How to complete this task:
Without changing a single character, write out every record below.

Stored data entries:
==*==
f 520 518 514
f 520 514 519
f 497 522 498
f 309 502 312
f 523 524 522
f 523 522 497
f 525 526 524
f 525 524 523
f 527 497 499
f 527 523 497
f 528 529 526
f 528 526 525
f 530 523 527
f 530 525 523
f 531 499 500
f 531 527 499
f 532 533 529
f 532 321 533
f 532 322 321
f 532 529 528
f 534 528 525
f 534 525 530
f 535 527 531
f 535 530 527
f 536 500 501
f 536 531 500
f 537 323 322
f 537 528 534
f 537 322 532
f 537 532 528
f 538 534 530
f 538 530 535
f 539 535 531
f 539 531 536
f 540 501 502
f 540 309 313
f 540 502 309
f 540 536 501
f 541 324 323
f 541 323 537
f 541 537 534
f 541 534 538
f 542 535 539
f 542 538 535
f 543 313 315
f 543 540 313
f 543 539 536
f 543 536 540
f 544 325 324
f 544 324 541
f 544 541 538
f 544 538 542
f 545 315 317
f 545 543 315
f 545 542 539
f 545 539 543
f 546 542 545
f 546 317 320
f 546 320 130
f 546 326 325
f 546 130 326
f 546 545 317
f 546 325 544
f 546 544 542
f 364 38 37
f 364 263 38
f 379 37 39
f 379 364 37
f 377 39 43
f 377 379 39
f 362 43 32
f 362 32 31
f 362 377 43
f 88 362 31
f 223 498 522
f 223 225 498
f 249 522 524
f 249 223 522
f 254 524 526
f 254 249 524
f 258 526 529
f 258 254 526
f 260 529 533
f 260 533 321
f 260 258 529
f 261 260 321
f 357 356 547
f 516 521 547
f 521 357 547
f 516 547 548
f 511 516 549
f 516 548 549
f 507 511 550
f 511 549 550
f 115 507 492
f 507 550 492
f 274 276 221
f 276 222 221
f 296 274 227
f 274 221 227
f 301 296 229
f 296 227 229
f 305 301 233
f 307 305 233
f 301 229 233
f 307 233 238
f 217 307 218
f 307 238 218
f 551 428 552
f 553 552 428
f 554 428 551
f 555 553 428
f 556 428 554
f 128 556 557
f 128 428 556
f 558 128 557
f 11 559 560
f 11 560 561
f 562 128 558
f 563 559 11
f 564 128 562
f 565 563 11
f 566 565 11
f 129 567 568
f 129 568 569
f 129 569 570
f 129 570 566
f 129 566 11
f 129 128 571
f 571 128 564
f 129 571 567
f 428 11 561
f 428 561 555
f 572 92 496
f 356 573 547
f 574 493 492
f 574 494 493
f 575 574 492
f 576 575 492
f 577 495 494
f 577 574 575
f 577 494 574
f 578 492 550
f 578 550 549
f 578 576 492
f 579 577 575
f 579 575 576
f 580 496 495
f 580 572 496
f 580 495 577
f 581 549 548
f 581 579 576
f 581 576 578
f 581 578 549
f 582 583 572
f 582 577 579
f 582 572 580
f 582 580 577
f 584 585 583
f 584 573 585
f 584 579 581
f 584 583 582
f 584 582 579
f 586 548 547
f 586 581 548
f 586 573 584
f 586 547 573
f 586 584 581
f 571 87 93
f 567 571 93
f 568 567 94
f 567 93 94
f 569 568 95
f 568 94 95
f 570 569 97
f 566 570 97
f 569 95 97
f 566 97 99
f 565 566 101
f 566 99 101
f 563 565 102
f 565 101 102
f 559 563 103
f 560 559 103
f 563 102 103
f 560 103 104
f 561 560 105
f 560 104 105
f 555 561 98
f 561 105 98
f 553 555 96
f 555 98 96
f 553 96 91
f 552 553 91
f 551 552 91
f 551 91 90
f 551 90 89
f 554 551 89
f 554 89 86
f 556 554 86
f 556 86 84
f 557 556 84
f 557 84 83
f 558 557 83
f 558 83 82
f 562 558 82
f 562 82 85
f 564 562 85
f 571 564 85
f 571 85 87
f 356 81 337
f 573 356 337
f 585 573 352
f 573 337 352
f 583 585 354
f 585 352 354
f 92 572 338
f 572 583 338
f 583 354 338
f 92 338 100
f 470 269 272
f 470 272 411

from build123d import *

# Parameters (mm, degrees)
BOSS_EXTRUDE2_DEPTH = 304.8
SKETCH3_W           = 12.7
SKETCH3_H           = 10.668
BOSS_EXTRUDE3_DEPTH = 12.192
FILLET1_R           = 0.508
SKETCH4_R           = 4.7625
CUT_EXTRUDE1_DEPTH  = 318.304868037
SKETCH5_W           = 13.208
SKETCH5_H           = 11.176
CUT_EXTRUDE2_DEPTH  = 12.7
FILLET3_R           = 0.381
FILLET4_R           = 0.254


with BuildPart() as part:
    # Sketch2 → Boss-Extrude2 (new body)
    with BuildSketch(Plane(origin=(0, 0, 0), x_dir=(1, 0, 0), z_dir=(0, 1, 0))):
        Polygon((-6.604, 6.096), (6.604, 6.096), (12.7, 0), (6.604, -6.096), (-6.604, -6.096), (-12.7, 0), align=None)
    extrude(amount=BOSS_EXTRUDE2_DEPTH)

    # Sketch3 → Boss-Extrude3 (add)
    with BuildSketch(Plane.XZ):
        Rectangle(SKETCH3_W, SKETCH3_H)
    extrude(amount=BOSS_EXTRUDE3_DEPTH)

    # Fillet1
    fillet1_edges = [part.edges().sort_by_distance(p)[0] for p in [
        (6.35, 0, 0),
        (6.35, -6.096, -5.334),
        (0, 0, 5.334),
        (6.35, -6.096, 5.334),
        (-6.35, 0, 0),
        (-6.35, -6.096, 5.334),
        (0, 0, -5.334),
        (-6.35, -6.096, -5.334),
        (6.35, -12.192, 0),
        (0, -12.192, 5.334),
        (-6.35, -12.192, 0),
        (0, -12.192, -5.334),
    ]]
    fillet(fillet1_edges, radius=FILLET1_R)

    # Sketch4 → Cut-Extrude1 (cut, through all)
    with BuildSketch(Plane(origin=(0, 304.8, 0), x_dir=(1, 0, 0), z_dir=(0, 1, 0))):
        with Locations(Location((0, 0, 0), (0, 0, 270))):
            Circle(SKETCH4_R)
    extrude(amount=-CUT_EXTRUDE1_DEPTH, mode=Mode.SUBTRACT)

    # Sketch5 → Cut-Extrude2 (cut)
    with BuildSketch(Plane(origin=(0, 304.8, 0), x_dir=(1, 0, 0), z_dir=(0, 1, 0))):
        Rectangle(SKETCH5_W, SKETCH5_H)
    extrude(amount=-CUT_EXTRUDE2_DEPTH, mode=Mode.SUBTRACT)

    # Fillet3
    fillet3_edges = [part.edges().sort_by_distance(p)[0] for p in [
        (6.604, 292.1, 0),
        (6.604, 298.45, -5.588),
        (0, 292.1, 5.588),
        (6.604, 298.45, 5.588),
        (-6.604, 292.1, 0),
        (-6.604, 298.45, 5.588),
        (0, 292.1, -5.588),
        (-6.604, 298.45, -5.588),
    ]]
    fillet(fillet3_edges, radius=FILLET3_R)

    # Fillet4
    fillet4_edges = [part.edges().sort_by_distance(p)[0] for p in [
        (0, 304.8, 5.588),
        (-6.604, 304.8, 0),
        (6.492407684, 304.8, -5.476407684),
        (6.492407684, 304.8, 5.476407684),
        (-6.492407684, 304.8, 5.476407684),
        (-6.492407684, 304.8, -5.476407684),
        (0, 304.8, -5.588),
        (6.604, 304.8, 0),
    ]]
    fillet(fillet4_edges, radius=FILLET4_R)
==*==
Output for this exercise:
f 520 518 514
f 520 514 519
f 497 522 498
f 309 502 312
f 523 524 522
f 523 522 497
f 525 526 524
f 525 524 523
f 527 497 499
f 527 523 497
f 528 529 526
f 528 526 525
f 530 523 527
f 530 525 523
f 531 499 500
f 531 527 499
f 532 533 529
f 532 321 533
f 532 322 321
f 532 529 528
f 534 528 525
f 534 525 530
f 535 527 531
f 535 530 527
f 536 500 501
f 536 531 500
f 537 323 322
f 537 528 534
f 537 322 532
f 537 532 528
f 538 534 530
f 538 530 535
f 539 535 531
f 539 531 536
f 540 501 502
f 540 309 313
f 540 502 309
f 540 536 501
f 541 324 323
f 541 323 537
f 541 537 534
f 541 534 538
f 542 535 539
f 542 538 535
f 543 313 315
f 543 540 313
f 543 539 536
f 543 536 540
f 544 325 324
f 544 324 541
f 544 541 538
f 544 538 542
f 545 315 317
f 545 543 315
f 545 542 539
f 545 539 543
f 546 542 545
f 546 317 320
f 546 320 130
f 546 326 325
f 546 130 326
f 546 545 317
f 546 325 544
f 546 544 542
f 364 38 37
f 364 263 38
f 379 37 39
f 379 364 37
f 377 39 43
f 377 379 39
f 362 43 32
f 362 32 31
f 362 377 43
f 88 362 31
f 223 498 522
f 223 225 498
f 249 522 524
f 249 223 522
f 254 524 526
f 254 249 524
f 258 526 529
f 258 254 526
f 260 529 533
f 260 533 321
f 260 258 529
f 261 260 321
f 357 356 547
f 516 521 547
f 521 357 547
f 516 547 548
f 511 516 549
f 516 548 549
f 507 511 550
f 511 549 550
f 115 507 492
f 507 550 492
f 274 276 221
f 276 222 221
f 296 274 227
f 274 221 227
f 301 296 229
f 296 227 229
f 305 301 233
f 307 305 233
f 301 229 233
f 307 233 238
f 217 307 218
f 307 238 218
f 551 428 552
f 553 552 428
f 554 428 551
f 555 553 428
f 556 428 554
f 128 556 557
f 128 428 556
f 558 128 557
f 11 559 560
f 11 560 561
f 562 128 558
f 563 559 11
f 564 128 562
f 565 563 11
f 566 565 11
f 129 567 568
f 129 568 569
f 129 569 570
f 129 570 566
f 129 566 11
f 129 128 571
f 571 128 564
f 129 571 567
f 428 11 561
f 428 561 555
f 572 92 496
f 356 573 547
f 574 493 492
f 574 494 493
f 575 574 492
f 576 575 492
f 577 495 494
f 577 574 575
f 577 494 574
f 578 492 550
f 578 550 549
f 578 576 492
f 579 577 575
f 579 575 576
f 580 496 495
f 580 572 496
f 580 495 577
f 581 549 548
f 581 579 576
f 581 576 578
f 581 578 549
f 582 583 572
f 582 577 579
f 582 572 580
f 582 580 577
f 584 585 583
f 584 573 585
f 584 579 581
f 584 583 582
f 584 582 579
f 586 548 547
f 586 581 548
f 586 573 584
f 586 547 573
f 586 584 581
f 571 87 93
f 567 571 93
f 568 567 94
f 567 93 94
f 569 568 95
f 568 94 95
f 570 569 97
f 566 570 97
f 569 95 97
f 566 97 99
f 565 566 101
f 566 99 101
f 563 565 102
f 565 101 102
f 559 563 103
f 560 559 103
f 563 102 103
f 560 103 104
f 561 560 105
f 560 104 105
f 555 561 98
f 561 105 98
f 553 555 96
f 555 98 96
f 553 96 91
f 552 553 91
f 551 552 91
f 551 91 90
f 551 90 89
f 554 551 89
f 554 89 86
f 556 554 86
f 556 86 84
f 557 556 84
f 557 84 83
f 558 557 83
f 558 83 82
f 562 558 82
f 562 82 85
f 564 562 85
f 571 564 85
f 571 85 87
f 356 81 337
f 573 356 337
f 585 573 352
f 573 337 352
f 583 585 354
f 585 352 354
f 92 572 338
f 572 583 338
f 583 354 338
f 92 338 100
f 470 269 272
f 470 272 411

from build123d import *

# Parameters (mm, degrees)
BOSS_EXTRUDE2_DEPTH = 304.8
SKETCH3_W           = 12.7
SKETCH3_H           = 10.668
BOSS_EXTRUDE3_DEPTH = 12.192
FILLET1_R           = 0.508
SKETCH4_R           = 4.7625
CUT_EXTRUDE1_DEPTH  = 318.304868037
SKETCH5_W           = 13.208
SKETCH5_H           = 11.176
CUT_EXTRUDE2_DEPTH  = 12.7
FILLET3_R           = 0.381
FILLET4_R           = 0.254


with BuildPart() as part:
    # Sketch2 → Boss-Extrude2 (new body)
    with BuildSketch(Plane(origin=(0, 0, 0), x_dir=(1, 0, 0), z_dir=(0, 1, 0))):
        Polygon((-6.604, 6.096), (6.604, 6.096), (12.7, 0), (6.604, -6.096), (-6.604, -6.096), (-12.7, 0), align=None)
    extrude(amount=BOSS_EXTRUDE2_DEPTH)

    # Sketch3 → Boss-Extrude3 (add)
    with BuildSketch(Plane.XZ):
        Rectangle(SKETCH3_W, SKETCH3_H)
    extrude(amount=BOSS_EXTRUDE3_DEPTH)

    # Fillet1
    fillet1_edges = [part.edges().sort_by_distance(p)[0] for p in [
        (6.35, 0, 0),
        (6.35, -6.096, -5.334),
        (0, 0, 5.334),
        (6.35, -6.096, 5.334),
        (-6.35, 0, 0),
        (-6.35, -6.096, 5.334),
        (0, 0, -5.334),
        (-6.35, -6.096, -5.334),
        (6.35, -12.192, 0),
        (0, -12.192, 5.334),
        (-6.35, -12.192, 0),
        (0, -12.192, -5.334),
    ]]
    fillet(fillet1_edges, radius=FILLET1_R)

    # Sketch4 → Cut-Extrude1 (cut, through all)
    with BuildSketch(Plane(origin=(0, 304.8, 0), x_dir=(1, 0, 0), z_dir=(0, 1, 0))):
        with Locations(Location((0, 0, 0), (0, 0, 270))):
            Circle(SKETCH4_R)
    extrude(amount=-CUT_EXTRUDE1_DEPTH, mode=Mode.SUBTRACT)

    # Sketch5 → Cut-Extrude2 (cut)
    with BuildSketch(Plane(origin=(0, 304.8, 0), x_dir=(1, 0, 0), z_dir=(0, 1, 0))):
        Rectangle(SKETCH5_W, SKETCH5_H)
    extrude(amount=-CUT_EXTRUDE2_DEPTH, mode=Mode.SUBTRACT)

    # Fillet3
    fillet3_edges = [part.edges().sort_by_distance(p)[0] for p in [
        (6.604, 292.1, 0),
        (6.604, 298.45, -5.588),
        (0, 292.1, 5.588),
        (6.604, 298.45, 5.588),
        (-6.604, 292.1, 0),
        (-6.604, 298.45, 5.588),
        (0, 292.1, -5.588),
        (-6.604, 298.45, -5.588),
    ]]
    fillet(fillet3_edges, radius=FILLET3_R)

    # Fillet4
    fillet4_edges = [part.edges().sort_by_distance(p)[0] for p in [
        (0, 304.8, 5.588),
        (-6.604, 304.8, 0),
        (6.492407684, 304.8, -5.476407684),
        (6.492407684, 304.8, 5.476407684),
        (-6.492407684, 304.8, 5.476407684),
        (-6.492407684, 304.8, -5.476407684),
        (0, 304.8, -5.588),
        (6.604, 304.8, 0),
    ]]
    fillet(fillet4_edges, radius=FILLET4_R)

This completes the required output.